During a climate crisis, the world’s largest tropical wetlands must be saved before it is too late
The Pantanal wetlands are located in the heart of South America and are the world’s largest tropical wetlands. Home to a wealth of biodiversity, they stretch from Brazil into Paraguay and Bolivia.
Unlike the Amazon rainforest, vegetation in the Pantanal has evolved to coexist with fire — many plant species there require the heat from fires to germinate. Often caused by lightning strikes, those natural fires spring up at the end of the dry season, but the surrounding floodplains prevent them from spreading.
What’s different now is the drought, contributing further to the unusually dry conditions and exacerbating the fire risk. More than 580 species of birds, 271 of fish, 174 of mammals, 131 of reptiles and 57 of amphibians thrive in the region’s flooded areas, grasslands, lakes and forests.

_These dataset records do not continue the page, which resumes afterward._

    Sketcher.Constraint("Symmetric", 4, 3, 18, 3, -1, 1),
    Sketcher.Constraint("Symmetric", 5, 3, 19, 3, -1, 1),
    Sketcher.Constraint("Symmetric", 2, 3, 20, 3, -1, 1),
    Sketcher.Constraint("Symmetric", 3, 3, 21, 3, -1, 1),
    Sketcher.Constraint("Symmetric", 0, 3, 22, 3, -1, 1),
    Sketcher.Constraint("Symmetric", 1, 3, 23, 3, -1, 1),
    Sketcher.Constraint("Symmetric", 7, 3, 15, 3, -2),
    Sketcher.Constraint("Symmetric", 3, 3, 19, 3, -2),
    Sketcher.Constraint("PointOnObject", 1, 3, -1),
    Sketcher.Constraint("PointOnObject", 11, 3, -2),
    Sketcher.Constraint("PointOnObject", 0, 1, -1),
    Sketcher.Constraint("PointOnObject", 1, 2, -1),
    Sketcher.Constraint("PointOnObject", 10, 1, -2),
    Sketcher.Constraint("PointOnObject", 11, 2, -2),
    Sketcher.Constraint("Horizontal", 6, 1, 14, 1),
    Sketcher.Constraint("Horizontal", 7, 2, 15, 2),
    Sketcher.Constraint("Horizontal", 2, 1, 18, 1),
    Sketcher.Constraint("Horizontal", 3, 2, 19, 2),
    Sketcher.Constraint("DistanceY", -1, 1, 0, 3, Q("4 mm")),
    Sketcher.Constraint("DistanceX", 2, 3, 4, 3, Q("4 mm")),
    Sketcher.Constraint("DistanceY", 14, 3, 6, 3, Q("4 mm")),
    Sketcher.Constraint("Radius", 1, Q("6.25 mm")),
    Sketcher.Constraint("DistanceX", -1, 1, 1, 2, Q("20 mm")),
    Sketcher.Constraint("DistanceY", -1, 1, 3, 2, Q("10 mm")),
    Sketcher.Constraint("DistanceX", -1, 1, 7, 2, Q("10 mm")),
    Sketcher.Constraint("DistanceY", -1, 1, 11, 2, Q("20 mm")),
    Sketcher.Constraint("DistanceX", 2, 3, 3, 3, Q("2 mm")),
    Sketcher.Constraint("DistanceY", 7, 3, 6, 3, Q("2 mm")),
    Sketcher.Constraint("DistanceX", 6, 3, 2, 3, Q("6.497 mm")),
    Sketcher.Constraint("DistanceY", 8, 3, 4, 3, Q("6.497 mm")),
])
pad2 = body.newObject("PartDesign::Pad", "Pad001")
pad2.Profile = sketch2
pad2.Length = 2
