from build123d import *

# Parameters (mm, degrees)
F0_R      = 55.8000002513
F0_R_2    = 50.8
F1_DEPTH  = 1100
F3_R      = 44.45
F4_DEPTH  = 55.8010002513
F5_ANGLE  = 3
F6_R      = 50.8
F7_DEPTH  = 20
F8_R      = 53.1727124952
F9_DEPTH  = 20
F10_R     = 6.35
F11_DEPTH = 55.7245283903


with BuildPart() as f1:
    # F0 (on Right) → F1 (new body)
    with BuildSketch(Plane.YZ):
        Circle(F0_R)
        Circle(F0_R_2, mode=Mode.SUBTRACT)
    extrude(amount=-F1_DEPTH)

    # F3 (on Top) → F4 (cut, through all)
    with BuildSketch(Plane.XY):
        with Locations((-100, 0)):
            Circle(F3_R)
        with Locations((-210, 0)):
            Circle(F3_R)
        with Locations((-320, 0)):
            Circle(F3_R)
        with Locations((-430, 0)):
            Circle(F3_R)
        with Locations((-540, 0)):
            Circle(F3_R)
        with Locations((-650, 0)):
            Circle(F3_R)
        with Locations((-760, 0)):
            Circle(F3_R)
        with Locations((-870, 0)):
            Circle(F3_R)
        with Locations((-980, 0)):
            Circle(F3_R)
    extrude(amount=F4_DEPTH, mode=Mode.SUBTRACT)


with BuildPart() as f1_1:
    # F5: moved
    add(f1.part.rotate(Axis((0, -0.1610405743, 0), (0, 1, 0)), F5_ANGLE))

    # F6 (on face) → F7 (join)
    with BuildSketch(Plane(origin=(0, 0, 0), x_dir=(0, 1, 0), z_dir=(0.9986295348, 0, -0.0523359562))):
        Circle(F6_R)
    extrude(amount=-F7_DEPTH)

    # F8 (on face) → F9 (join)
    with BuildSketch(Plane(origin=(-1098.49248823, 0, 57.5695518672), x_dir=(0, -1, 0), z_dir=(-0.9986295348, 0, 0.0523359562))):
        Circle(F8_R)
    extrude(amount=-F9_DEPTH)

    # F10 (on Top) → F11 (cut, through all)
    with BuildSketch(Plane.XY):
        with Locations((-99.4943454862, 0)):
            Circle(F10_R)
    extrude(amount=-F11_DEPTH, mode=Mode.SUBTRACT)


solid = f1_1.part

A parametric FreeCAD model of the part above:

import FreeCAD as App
import Part
import Sketcher
from FreeCAD import Vector

doc = App.newDocument("Part")
body = doc.addObject("PartDesign::Body", "Body")

# Sketch on YZ plane
sketch1 = body.newObject("Sketcher::SketchObject", "Sketch")
sketch1.AttachmentSupport = (doc.getObject("YZ_Plane"), [""])
sketch1.MapMode = "FlatFace"
sketch1.addGeometry([
    Part.Circle(Vector(0, 0, 0), Vector(0, 0, 1), 56),
    Part.Circle(Vector(0, 0, 0), Vector(0, 0, 1), 51),
], False)
sketch1.addConstraint([
    Sketcher.Constraint("Coincident", 0, 3, -1, 1),
    Sketcher.Constraint("Coincident", 1, 3, -1, 1),
    Sketcher.Constraint("Diameter", 0, 111.600001),
    Sketcher.Constraint("Diameter", 1, 101.6),
])
pad1 = body.newObject("PartDesign::Pad", "Pad")
pad1.Profile = sketch1
pad1.Length = 1100
pad1.Reversed = True

# Sketch on XY plane
sketch2 = body.newObject("Sketcher::SketchObject", "Sketch001")
sketch2.AttachmentSupport = (doc.getObject("XY_Plane"), [""])
sketch2.MapMode = "FlatFace"
sketch2.addGeometry([
    Part.Circle(Vector(-100, 0, 0), Vector(0, 0, 1), 44),  # 0
    Part.Circle(Vector(-210, 0, 0), Vector(0, 0, 1), 44),  # 1
    Part.Circle(Vector(-320, 0, 0), Vector(0, 0, 1), 44),  # 2
    Part.Circle(Vector(-430, 0, 0), Vector(0, 0, 1), 44),  # 3
    Part.Circle(Vector(-540, 0, 0), Vector(0, 0, 1), 44),  # 4
    Part.Circle(Vector(-650, 0, 0), Vector(0, 0, 1), 44),  # 5
    Part.Circle(Vector(-760, 0, 0), Vector(0, 0, 1), 44),  # 6
    Part.Circle(Vector(-870, 0, 0), Vector(0, 0, 1), 44),  # 7
    Part.Circle(Vector(-980, 0, 0), Vector(0, 0, 1), 44),  # 8
], False)
sketch2.addConstraint([
    Sketcher.Constraint("Equal", 0, 1),
    Sketcher.Constraint("Equal", 1, 2),
    Sketcher.Constraint("Equal", 2, 3),
    Sketcher.Constraint("Equal", 3, 4),
    Sketcher.Constraint("Equal", 4, 5),
    Sketcher.Constraint("Equal", 5, 6),
    Sketcher.Constraint("Equal", 6, 7),
    Sketcher.Constraint("Equal", 7, 8),
    Sketcher.Constraint("PointOnObject", 0, 3, -1),
    Sketcher.Constraint("PointOnObject", 1, 3, -1),
    Sketcher.Constraint("PointOnObject", 2, 3, -1),
    Sketcher.Constraint("PointOnObject", 3, 3, -1),
    Sketcher.Constraint("PointOnObject", 4, 3, -1),
    Sketcher.Constraint("PointOnObject", 5, 3, -1),
    Sketcher.Constraint("PointOnObject", 6, 3, -1),
    Sketcher.Constraint("PointOnObject", 7, 3, -1),
    Sketcher.Constraint("PointOnObject", 8, 3, -1),
    Sketcher.Constraint("Diameter", 0, 88.9),
    Sketcher.Constraint("DistanceX", 0, 3, -1, 1, 100.0),
    Sketcher.Constraint("DistanceX", 1, 3, -1, 1, 210.0),
    Sketcher.Constraint("DistanceX", 2, 3, -1, 1, 320.0),
    Sketcher.Constraint("DistanceX", 3, 3, -1, 1, 430.0),
    Sketcher.Constraint("DistanceX", 4, 3, -1, 1, 540.0),
    Sketcher.Constraint("DistanceX", 5, 3, -1, 1, 650.0),
    Sketcher.Constraint("DistanceX", 6, 3, -1, 1, 760.0),
    Sketcher.Constraint("DistanceX", 7, 3, -1, 1, 870.0),
    Sketcher.Constraint("DistanceX", 8, 3, -1, 1, 980.0),
])
pocket1 = body.newObject("PartDesign::Pocket", "Pocket")
pocket1.Profile = sketch2
pocket1.Type = "ThroughAll"
pocket1.Reversed = True
body2 = doc.addObject("PartDesign::Body", "Body001")
doc.recompute()

body.Placement = App.Placement(Vector(0, 0, 0), App.Rotation(Vector(0, 1, 0), 3))
boolean = body2.newObject("PartDesign::Boolean", "Boolean")
boolean.Type = "Fuse"
boolean.addObjects([body])

# Sketch on an angled plane
sketch3 = body2.newObject("Sketcher::SketchObject", "Sketch002")
sketch3.Placement = App.Placement(Vector(0, 0, 0), App.Rotation(Vector(0, 1, 0), Vector(0.052335956, 0, 0.998629535), Vector(0.998629535, 0, -0.052335956), "ZXY"))
sketch3.addGeometry(Part.Circle(Vector(0, 0, 0), Vector(0, 0, 1), 51), False)
sketch3.addConstraint([
    Sketcher.Constraint("Coincident", 0, 3, -1, 1),
    Sketcher.Constraint("Diameter", 0, 101.6),
])
pad2 = body2.newObject("PartDesign::Pad", "Pad001")
pad2.Profile = sketch3
pad2.Length = 20
pad2.Reversed = True

# Sketch on an angled plane
sketch4 = body2.newObject("Sketcher::SketchObject", "Sketch003")
sketch4.Placement = App.Placement(Vector(-1098.492488, 0, 57.569552), App.Rotation(Vector(0, -1, 0), Vector(0.052335956, 0, 0.998629535), Vector(-0.998629535, 0, 0.052335956), "ZXY"))
sketch4.addGeometry(Part.Circle(Vector(0, 0, 0), Vector(0, 0, 1), 53), False)
sketch4.addConstraint([
    Sketcher.Constraint("Coincident", 0, 3, -1, 1),
    Sketcher.Constraint("Diameter", 0, 106.345425),
])
pad3 = body2.newObject("PartDesign::Pad", "Pad002")
pad3.Profile = sketch4
pad3.Length = 20
pad3.Reversed = True

# Sketch on XY plane
sketch5 = body2.newObject("Sketcher::SketchObject", "Sketch004")
sketch5.AttachmentSupport = (doc.getObject("XY_Plane001"), [""])
sketch5.MapMode = "FlatFace"
sketch5.addGeometry(Part.Circle(Vector(-99, 0, 0), Vector(0, 0, 1), 6), False)
sketch5.addConstraint([
    Sketcher.Constraint("PointOnObject", 0, 3, -1),
    Sketcher.Constraint("Diameter", 0, 12.7),
    Sketcher.Constraint("DistanceX", 0, 3, -1, 1, 99.494345),
])
pocket2 = body2.newObject("PartDesign::Pocket", "Pocket001")
pocket2.Profile = sketch5
pocket2.Type = "ThroughAll"

doc.recompute()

Unceasing fires have killed many species or left them without homes to migrate to. The number of fires in the region has been drastically increasing with every passing year.
In 2020, there were 3,506 fires from January 1 to July 22, a 192 per cent increase from 2019. In 2019-20, the region suffered the worst drought in 50 years. During a climate crisis, the world’s largest tropical wetlands must be saved before it is too late.